La colecta comenzó el 1° del actual y continuará hasta fin de mes. El mecanismo para colaborar es simple: se llama al 0605-111-2345 y por cada llamada se donan $ 5 que se debitan luego de la factura telefónica.

Se puede llamar desde la Capital, el Gran Buenos Aires y Córdoba. Además, quien quiera realizar aportes por medio de su tarjeta de crédito puede hacerlo por el 0810-2 Caritas, es decir, 0810-2-2274827.

De los cinco pesos que se donan por teléfono, Caritas recibe $ 4,43. El resto cubre los gastos del sistema de colectas telefónicas.

Con los aportes recibidos, Caritas solventa programas destinados a la infancia, la atención familiar y el desarrollo comunitario en todo el país.

En la campaña del año último se recibieron más de 25.000 llamadas. La recaudación se destinó principalmente al sostenimiento de centros de atención familiar, comedores, jardines maternales, hogares de niños y a proyectos de educación y salud.

La colecta se realiza todos los años, desde 1994. Entre las siete campañas anteriores, Caritas recibió más de 350.000 llamadas. Sin embargo, en los últimos tres años la cantidad de aportes ha ido decreciendo, acompañando el deterioro del país.

En 1998 se recaudaron $ 215.000. El año siguiente la suma bajó a $175.000. Y el año último la colecta siguió cayendo: se recaudaron $ 130.000.
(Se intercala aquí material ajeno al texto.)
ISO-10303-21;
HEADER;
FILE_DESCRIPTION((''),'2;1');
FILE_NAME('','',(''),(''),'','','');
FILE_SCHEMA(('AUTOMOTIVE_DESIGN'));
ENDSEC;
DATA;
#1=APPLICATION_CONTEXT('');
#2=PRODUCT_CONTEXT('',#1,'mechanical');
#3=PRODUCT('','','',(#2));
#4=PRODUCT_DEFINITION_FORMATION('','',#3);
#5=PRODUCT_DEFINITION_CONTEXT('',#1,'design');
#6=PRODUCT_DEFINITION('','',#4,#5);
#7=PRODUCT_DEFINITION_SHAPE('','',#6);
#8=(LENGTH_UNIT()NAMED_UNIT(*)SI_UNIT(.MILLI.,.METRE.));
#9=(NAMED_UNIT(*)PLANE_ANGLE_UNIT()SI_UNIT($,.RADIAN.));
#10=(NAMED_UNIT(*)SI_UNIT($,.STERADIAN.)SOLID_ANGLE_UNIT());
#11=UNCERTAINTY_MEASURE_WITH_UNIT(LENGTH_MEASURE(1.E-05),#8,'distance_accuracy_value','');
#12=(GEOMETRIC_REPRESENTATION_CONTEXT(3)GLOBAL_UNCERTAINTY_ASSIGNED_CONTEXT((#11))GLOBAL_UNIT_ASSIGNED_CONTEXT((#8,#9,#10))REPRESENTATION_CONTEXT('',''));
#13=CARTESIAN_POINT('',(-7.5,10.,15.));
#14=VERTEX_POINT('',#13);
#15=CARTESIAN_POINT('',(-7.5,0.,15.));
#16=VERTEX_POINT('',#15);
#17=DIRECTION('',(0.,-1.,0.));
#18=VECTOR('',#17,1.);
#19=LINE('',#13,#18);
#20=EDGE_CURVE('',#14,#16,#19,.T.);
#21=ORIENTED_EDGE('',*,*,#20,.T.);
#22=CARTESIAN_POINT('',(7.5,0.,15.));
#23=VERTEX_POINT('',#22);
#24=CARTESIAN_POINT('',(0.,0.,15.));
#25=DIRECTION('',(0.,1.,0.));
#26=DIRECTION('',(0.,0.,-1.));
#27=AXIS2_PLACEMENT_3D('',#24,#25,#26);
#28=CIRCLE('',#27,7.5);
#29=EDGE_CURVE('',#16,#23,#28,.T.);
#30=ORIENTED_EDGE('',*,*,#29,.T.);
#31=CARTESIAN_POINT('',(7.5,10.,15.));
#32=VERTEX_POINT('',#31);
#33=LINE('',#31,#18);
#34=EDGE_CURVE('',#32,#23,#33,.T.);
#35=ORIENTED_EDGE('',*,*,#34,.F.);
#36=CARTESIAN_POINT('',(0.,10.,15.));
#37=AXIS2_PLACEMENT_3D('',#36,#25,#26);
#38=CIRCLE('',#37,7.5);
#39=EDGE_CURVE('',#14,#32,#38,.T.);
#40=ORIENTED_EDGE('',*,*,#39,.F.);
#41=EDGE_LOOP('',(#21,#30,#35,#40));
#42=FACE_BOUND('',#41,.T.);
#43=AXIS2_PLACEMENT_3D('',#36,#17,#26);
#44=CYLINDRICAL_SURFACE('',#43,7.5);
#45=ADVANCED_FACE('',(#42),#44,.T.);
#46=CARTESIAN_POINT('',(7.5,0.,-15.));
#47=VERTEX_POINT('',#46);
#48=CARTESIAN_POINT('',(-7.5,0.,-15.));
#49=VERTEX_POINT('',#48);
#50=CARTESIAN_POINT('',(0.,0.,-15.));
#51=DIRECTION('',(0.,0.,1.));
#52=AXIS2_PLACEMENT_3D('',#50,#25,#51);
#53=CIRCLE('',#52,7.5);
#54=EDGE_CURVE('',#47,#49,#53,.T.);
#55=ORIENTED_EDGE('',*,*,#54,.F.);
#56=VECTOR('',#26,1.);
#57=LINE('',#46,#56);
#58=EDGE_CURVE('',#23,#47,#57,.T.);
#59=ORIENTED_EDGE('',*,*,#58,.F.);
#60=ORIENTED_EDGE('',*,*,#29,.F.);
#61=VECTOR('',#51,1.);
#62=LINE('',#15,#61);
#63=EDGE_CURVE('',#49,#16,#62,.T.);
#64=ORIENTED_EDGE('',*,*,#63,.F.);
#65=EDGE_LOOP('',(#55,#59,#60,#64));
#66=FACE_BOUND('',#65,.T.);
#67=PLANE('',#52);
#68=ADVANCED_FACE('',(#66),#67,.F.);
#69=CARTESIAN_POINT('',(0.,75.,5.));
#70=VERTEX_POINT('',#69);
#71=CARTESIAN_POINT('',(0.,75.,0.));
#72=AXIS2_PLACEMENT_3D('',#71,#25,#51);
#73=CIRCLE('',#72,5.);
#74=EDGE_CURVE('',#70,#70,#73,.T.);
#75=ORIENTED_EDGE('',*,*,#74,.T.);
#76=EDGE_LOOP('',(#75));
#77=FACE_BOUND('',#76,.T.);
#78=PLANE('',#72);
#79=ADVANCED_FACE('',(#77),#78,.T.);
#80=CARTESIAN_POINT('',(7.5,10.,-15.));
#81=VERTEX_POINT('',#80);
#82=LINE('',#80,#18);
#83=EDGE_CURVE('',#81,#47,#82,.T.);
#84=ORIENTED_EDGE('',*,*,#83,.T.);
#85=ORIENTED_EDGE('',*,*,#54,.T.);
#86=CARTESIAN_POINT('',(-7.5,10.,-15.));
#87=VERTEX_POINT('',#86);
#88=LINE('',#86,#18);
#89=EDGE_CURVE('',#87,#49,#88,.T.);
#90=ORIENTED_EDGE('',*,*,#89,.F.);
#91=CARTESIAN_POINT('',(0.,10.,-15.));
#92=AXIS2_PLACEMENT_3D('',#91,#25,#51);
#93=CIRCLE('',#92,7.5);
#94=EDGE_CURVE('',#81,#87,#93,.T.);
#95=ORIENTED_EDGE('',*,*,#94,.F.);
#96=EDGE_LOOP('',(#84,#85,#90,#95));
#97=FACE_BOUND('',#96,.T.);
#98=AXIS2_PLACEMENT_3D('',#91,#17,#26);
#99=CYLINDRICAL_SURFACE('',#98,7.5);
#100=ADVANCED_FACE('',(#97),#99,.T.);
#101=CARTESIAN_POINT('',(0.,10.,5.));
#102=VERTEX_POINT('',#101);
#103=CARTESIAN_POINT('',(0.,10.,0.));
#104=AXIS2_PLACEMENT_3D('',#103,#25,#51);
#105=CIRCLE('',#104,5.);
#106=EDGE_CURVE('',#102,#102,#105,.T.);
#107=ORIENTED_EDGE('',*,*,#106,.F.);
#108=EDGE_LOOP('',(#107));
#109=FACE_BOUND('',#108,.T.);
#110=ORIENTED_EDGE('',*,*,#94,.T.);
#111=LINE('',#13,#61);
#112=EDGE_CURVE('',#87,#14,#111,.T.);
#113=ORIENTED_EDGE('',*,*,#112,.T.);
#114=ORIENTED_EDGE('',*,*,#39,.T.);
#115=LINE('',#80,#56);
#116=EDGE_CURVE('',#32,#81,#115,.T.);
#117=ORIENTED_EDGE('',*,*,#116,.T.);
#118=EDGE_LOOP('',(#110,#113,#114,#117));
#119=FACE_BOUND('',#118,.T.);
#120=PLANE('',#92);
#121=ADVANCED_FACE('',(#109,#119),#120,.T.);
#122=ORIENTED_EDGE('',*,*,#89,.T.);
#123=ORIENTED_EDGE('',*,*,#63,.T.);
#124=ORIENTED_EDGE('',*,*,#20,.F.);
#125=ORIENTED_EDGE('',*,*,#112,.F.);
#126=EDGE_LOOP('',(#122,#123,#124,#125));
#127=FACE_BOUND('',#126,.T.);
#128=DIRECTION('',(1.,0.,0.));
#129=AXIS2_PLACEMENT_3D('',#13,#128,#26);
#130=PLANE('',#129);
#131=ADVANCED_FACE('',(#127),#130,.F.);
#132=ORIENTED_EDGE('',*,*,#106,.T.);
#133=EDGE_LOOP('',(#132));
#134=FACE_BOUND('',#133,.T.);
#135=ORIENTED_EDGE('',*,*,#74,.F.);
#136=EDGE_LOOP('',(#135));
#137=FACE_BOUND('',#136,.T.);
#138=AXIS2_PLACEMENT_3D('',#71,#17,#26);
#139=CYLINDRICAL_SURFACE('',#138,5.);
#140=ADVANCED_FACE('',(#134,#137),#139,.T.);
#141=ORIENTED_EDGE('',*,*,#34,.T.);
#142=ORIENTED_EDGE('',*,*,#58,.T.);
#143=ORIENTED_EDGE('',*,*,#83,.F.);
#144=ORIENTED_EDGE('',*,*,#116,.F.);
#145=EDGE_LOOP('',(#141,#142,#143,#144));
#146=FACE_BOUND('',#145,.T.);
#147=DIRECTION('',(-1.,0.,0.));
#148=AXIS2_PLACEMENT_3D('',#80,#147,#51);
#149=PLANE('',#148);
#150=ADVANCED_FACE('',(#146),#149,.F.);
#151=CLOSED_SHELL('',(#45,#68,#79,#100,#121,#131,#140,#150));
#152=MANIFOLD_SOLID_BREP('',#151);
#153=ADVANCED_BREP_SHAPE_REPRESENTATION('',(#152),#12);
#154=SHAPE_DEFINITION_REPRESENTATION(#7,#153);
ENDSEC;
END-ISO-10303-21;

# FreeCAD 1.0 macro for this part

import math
import FreeCAD as App
import Part
import Sketcher

doc = App.newDocument("Part")
params = doc.addObject("Spreadsheet::Sheet", "Params")
for row, (alias, value) in enumerate([
    ("sketch1_radius", "7.5 mm"),
    ("sketch1_height", "30 mm"),
    ("pad1_length", "10 mm"),
    ("sketch2_diameter", "10 mm"),
    ("pad2_length", "65 mm"),
], start=1):
    params.set(f"A{row}", alias)
    params.set(f"B{row}", "=" + value)
    params.setAlias(f"B{row}", alias)

body = doc.addObject("PartDesign::Body", "Body")

# Sketch on XZ plane
sketch1 = body.newObject("Sketcher::SketchObject", "Sketch")
sketch1.AttachmentSupport = (doc.getObject("XZ_Plane"), [""])
sketch1.MapMode = "FlatFace"
sketch1.addGeometry(Part.LineSegment(App.Vector(-7.5, -15, 0), App.Vector(-7.5, 15, 0)), False)
sketch1.addGeometry(Part.ArcOfCircle(Part.Circle(App.Vector(0, 15, 0), App.Vector(0, 0, 1), 7.5), math.radians(0), math.radians(180)), False)
sketch1.addGeometry(Part.LineSegment(App.Vector(7.5, 15, 0), App.Vector(7.5, -15, 0)), False)
sketch1.addGeometry(Part.ArcOfCircle(Part.Circle(App.Vector(0, -15, 0), App.Vector(0, 0, 1), 7.5), math.radians(180), math.radians(360)), False)
sketch1.addConstraint(Sketcher.Constraint("Tangent", 0, 2, 1, 2))
sketch1.addConstraint(Sketcher.Constraint("Tangent", 1, 1, 2, 1))
sketch1.addConstraint(Sketcher.Constraint("Tangent", 2, 2, 3, 2))
sketch1.addConstraint(Sketcher.Constraint("Tangent", 3, 1, 0, 1))
sketch1.addConstraint(Sketcher.Constraint("Vertical", 0))
sketch1.addConstraint(Sketcher.Constraint("Vertical", 2))
sketch1.addConstraint(Sketcher.Constraint("Symmetric", 1, 3, 3, 3, -1, 1))
sketch1.addConstraint(Sketcher.Constraint("Radius", 1, 7.5))
sketch1.addConstraint(Sketcher.Constraint("DistanceY", 0, 1, 0, 2, 30.0))
sketch1.setExpression("Constraints[7]", "Params.sketch1_radius")
sketch1.setExpression("Constraints[8]", "Params.sketch1_height")
pad1 = body.newObject("PartDesign::Pad", "Pad")
pad1.Profile = sketch1
pad1.setExpression("Length", "Params.pad1_length")
pad1.Reversed = True

# Sketch on XZ plane
sketch2 = body.newObject("Sketcher::SketchObject", "Sketch001")
sketch2.AttachmentSupport = (doc.getObject("XZ_Plane"), [""])
sketch2.MapMode = "FlatFace"
sketch2.AttachmentOffset = App.Placement(App.Vector(0, 0, -10), App.Rotation())
sketch2.addGeometry(Part.Circle(App.Vector(0, 0, 0), App.Vector(0, 0, 1), 5), False)
sketch2.addConstraint(Sketcher.Constraint("Coincident", 0, 3, -1, 1))
sketch2.addConstraint(Sketcher.Constraint("Diameter", 0, 10.0))
sketch2.setExpression("Constraints[1]", "Params.sketch2_diameter")
pad2 = body.newObject("PartDesign::Pad", "Pad001")
pad2.Profile = sketch2
pad2.setExpression("Length", "Params.pad2_length")
pad2.Reversed = True

doc.recompute()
Esos fondos se distribuyen de la siguiente manera: el 39 por ciento se destina a programas de apoyo integral a la infancia; el 37 % al mantenimiento de centros de atención familiar; para educación, salud y otros servicios comunitarios se destina el 14 %de la recaudación, y el 10% restante se invierte en el interior.

Volver a empezar

“Compartir materialmente es un deber, pero cuando las carencias se acentúan y la incertidumbre parece ahogarnos hay que recurrir con más fuerza a los valores espirituales que en realidad deberían ser la riqueza más preciada”, destaca Pat.

El lector recuerda que “siempre se puede recomenzar” porque éste es el ejemplo de fe en Dios, que a veces “permite grandes males para conseguir inmensos bienes”.

“La fe puede mover montañas, sólo deseo que mueva los corazones de todos los argentinos.”

Celeste y blanca

Vaiks espera que en esta época surja “el verdadero ser argentino y que lo demostremos con actos no violentos”.

Para él, es el momento de colgar de las ventanas de nuestras casas esa bandera argentina que sacamos para los mundiales, y así pasar “una Navidad celeste y blanca”.

Con esperanza

Vicky dice que los argentinos “hoy más que nunca” deben unirse y mantener la esperanza.

También invita a hacer todo lo posible para que“al menos en nuestras familias” exista la fe en el porvenir”.